- [Stored items]
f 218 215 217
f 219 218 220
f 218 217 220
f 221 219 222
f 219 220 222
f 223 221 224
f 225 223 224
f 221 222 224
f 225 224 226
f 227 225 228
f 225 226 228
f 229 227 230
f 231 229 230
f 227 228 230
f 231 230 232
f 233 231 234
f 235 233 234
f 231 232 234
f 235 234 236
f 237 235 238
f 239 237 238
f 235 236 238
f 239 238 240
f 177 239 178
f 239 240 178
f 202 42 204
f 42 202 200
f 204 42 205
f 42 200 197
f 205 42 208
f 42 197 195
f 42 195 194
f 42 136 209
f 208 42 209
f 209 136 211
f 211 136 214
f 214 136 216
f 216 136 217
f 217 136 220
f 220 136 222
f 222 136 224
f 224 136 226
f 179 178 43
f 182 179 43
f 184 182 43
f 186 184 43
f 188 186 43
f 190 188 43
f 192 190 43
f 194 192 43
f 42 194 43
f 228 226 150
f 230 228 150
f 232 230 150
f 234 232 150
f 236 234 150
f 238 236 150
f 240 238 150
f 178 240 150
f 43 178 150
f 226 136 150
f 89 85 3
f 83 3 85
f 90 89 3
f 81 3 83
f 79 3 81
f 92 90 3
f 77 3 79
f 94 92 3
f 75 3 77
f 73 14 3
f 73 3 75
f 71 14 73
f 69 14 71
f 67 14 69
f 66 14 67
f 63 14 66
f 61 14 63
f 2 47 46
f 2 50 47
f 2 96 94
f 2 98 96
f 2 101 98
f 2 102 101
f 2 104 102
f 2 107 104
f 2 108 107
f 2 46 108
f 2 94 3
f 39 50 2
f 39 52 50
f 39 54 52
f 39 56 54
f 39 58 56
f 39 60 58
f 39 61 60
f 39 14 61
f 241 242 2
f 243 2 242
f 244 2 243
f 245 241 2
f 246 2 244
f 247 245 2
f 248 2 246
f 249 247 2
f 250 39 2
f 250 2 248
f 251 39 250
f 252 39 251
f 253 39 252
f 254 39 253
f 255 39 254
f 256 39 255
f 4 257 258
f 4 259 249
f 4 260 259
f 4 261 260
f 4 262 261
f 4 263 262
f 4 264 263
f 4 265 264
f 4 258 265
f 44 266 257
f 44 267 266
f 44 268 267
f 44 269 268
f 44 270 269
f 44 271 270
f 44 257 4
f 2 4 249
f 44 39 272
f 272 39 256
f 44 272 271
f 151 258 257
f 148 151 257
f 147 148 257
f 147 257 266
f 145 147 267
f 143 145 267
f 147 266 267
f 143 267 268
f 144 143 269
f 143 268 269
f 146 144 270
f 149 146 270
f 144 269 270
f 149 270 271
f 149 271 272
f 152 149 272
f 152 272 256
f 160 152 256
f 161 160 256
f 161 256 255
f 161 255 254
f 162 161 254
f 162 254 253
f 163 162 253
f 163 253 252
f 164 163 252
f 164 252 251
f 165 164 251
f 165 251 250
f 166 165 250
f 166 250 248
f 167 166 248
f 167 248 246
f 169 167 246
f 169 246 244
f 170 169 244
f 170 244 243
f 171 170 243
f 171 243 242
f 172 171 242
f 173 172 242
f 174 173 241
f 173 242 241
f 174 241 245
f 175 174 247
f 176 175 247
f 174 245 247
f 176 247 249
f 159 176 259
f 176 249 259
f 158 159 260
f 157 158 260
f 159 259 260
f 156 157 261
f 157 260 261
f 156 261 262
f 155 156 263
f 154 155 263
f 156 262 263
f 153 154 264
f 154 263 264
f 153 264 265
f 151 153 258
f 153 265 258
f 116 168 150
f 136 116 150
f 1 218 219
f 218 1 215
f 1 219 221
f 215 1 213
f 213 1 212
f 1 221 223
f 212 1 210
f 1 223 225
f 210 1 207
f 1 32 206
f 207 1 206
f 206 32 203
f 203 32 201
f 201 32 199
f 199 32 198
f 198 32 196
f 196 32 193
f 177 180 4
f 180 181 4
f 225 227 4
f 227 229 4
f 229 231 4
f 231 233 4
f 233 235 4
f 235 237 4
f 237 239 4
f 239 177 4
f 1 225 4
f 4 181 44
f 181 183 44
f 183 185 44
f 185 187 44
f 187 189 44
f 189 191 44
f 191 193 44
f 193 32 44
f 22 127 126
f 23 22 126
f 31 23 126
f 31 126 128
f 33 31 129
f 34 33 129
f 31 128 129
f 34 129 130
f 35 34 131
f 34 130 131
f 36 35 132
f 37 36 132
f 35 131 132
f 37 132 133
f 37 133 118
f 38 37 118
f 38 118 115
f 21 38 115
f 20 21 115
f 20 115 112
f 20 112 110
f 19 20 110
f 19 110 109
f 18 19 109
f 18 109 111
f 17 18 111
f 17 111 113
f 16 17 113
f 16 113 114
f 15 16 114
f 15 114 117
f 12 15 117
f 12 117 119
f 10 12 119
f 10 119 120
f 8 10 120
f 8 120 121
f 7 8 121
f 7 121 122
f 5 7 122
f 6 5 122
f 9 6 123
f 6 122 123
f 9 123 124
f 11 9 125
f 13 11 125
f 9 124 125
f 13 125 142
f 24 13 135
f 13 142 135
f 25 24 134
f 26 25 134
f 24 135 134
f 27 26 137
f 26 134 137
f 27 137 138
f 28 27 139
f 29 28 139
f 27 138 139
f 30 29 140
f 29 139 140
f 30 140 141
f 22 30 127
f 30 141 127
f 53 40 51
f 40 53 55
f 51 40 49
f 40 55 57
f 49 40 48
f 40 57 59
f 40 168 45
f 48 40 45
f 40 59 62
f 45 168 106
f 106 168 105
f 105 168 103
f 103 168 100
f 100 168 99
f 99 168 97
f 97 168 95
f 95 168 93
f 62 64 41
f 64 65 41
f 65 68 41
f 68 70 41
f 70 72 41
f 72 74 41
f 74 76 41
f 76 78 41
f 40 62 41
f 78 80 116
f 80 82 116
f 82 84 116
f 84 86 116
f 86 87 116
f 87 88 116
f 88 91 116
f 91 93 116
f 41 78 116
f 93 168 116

- [Your task] Quote all of the entries exactly as they appear.

- [Completed exercise]
f 218 215 217
f 219 218 220
f 218 217 220
f 221 219 222
f 219 220 222
f 223 221 224
f 225 223 224
f 221 222 224
f 225 224 226
f 227 225 228
f 225 226 228
f 229 227 230
f 231 229 230
f 227 228 230
f 231 230 232
f 233 231 234
f 235 233 234
f 231 232 234
f 235 234 236
f 237 235 238
f 239 237 238
f 235 236 238
f 239 238 240
f 177 239 178
f 239 240 178
f 202 42 204
f 42 202 200
f 204 42 205
f 42 200 197
f 205 42 208
f 42 197 195
f 42 195 194
f 42 136 209
f 208 42 209
f 209 136 211
f 211 136 214
f 214 136 216
f 216 136 217
f 217 136 220
f 220 136 222
f 222 136 224
f 224 136 226
f 179 178 43
f 182 179 43
f 184 182 43
f 186 184 43
f 188 186 43
f 190 188 43
f 192 190 43
f 194 192 43
f 42 194 43
f 228 226 150
f 230 228 150
f 232 230 150
f 234 232 150
f 236 234 150
f 238 236 150
f 240 238 150
f 178 240 150
f 43 178 150
f 226 136 150
f 89 85 3
f 83 3 85
f 90 89 3
f 81 3 83
f 79 3 81
f 92 90 3
f 77 3 79
f 94 92 3
f 75 3 77
f 73 14 3
f 73 3 75
f 71 14 73
f 69 14 71
f 67 14 69
f 66 14 67
f 63 14 66
f 61 14 63
f 2 47 46
f 2 50 47
f 2 96 94
f 2 98 96
f 2 101 98
f 2 102 101
f 2 104 102
f 2 107 104
f 2 108 107
f 2 46 108
f 2 94 3
f 39 50 2
f 39 52 50
f 39 54 52
f 39 56 54
f 39 58 56
f 39 60 58
f 39 61 60
f 39 14 61
f 241 242 2
f 243 2 242
f 244 2 243
f 245 241 2
f 246 2 244
f 247 245 2
f 248 2 246
f 249 247 2
f 250 39 2
f 250 2 248
f 251 39 250
f 252 39 251
f 253 39 252
f 254 39 253
f 255 39 254
f 256 39 255
f 4 257 258
f 4 259 249
f 4 260 259
f 4 261 260
f 4 262 261
f 4 263 262
f 4 264 263
f 4 265 264
f 4 258 265
f 44 266 257
f 44 267 266
f 44 268 267
f 44 269 268
f 44 270 269
f 44 271 270
f 44 257 4
f 2 4 249
f 44 39 272
f 272 39 256
f 44 272 271
f 151 258 257
f 148 151 257
f 147 148 257
f 147 257 266
f 145 147 267
f 143 145 267
f 147 266 267
f 143 267 268
f 144 143 269
f 143 268 269
f 146 144 270
f 149 146 270
f 144 269 270
f 149 270 271
f 149 271 272
f 152 149 272
f 152 272 256
f 160 152 256
f 161 160 256
f 161 256 255
f 161 255 254
f 162 161 254
f 162 254 253
f 163 162 253
f 163 253 252
f 164 163 252
f 164 252 251
f 165 164 251
f 165 251 250
f 166 165 250
f 166 250 248
f 167 166 248
f 167 248 246
f 169 167 246
f 169 246 244
f 170 169 244
f 170 244 243
f 171 170 243
f 171 243 242
f 172 171 242
f 173 172 242
f 174 173 241
f 173 242 241
f 174 241 245
f 175 174 247
f 176 175 247
f 174 245 247
f 176 247 249
f 159 176 259
f 176 249 259
f 158 159 260
f 157 158 260
f 159 259 260
f 156 157 261
f 157 260 261
f 156 261 262
f 155 156 263
f 154 155 263
f 156 262 263
f 153 154 264
f 154 263 264
f 153 264 265
f 151 153 258
f 153 265 258
f 116 168 150
f 136 116 150
f 1 218 219
f 218 1 215
f 1 219 221
f 215 1 213
f 213 1 212
f 1 221 223
f 212 1 210
f 1 223 225
f 210 1 207
f 1 32 206
f 207 1 206
f 206 32 203
f 203 32 201
f 201 32 199
f 199 32 198
f 198 32 196
f 196 32 193
f 177 180 4
f 180 181 4
f 225 227 4
f 227 229 4
f 229 231 4
f 231 233 4
f 233 235 4
f 235 237 4
f 237 239 4
f 239 177 4
f 1 225 4
f 4 181 44
f 181 183 44
f 183 185 44
f 185 187 44
f 187 189 44
f 189 191 44
f 191 193 44
f 193 32 44
f 22 127 126
f 23 22 126
f 31 23 126
f 31 126 128
f 33 31 129
f 34 33 129
f 31 128 129
f 34 129 130
f 35 34 131
f 34 130 131
f 36 35 132
f 37 36 132
f 35 131 132
f 37 132 133
f 37 133 118
f 38 37 118
f 38 118 115
f 21 38 115
f 20 21 115
f 20 115 112
f 20 112 110
f 19 20 110
f 19 110 109
f 18 19 109
f 18 109 111
f 17 18 111
f 17 111 113
f 16 17 113
f 16 113 114
f 15 16 114
f 15 114 117
f 12 15 117
f 12 117 119
f 10 12 119
f 10 119 120
f 8 10 120
f 8 120 121
f 7 8 121
f 7 121 122
f 5 7 122
f 6 5 122
f 9 6 123
f 6 122 123
f 9 123 124
f 11 9 125
f 13 11 125
f 9 124 125
f 13 125 142
f 24 13 135
f 13 142 135
f 25 24 134
f 26 25 134
f 24 135 134
f 27 26 137
f 26 134 137
f 27 137 138
f 28 27 139
f 29 28 139
f 27 138 139
f 30 29 140
f 29 139 140
f 30 140 141
f 22 30 127
f 30 141 127
f 53 40 51
f 40 53 55
f 51 40 49
f 40 55 57
f 49 40 48
f 40 57 59
f 40 168 45
f 48 40 45
f 40 59 62
f 45 168 106
f 106 168 105
f 105 168 103
f 103 168 100
f 100 168 99
f 99 168 97
f 97 168 95
f 95 168 93
f 62 64 41
f 64 65 41
f 65 68 41
f 68 70 41
f 70 72 41
f 72 74 41
f 74 76 41
f 76 78 41
f 40 62 41
f 78 80 116
f 80 82 116
f 82 84 116
f 84 86 116
f 86 87 116
f 87 88 116
f 88 91 116
f 91 93 116
f 41 78 116
f 93 168 116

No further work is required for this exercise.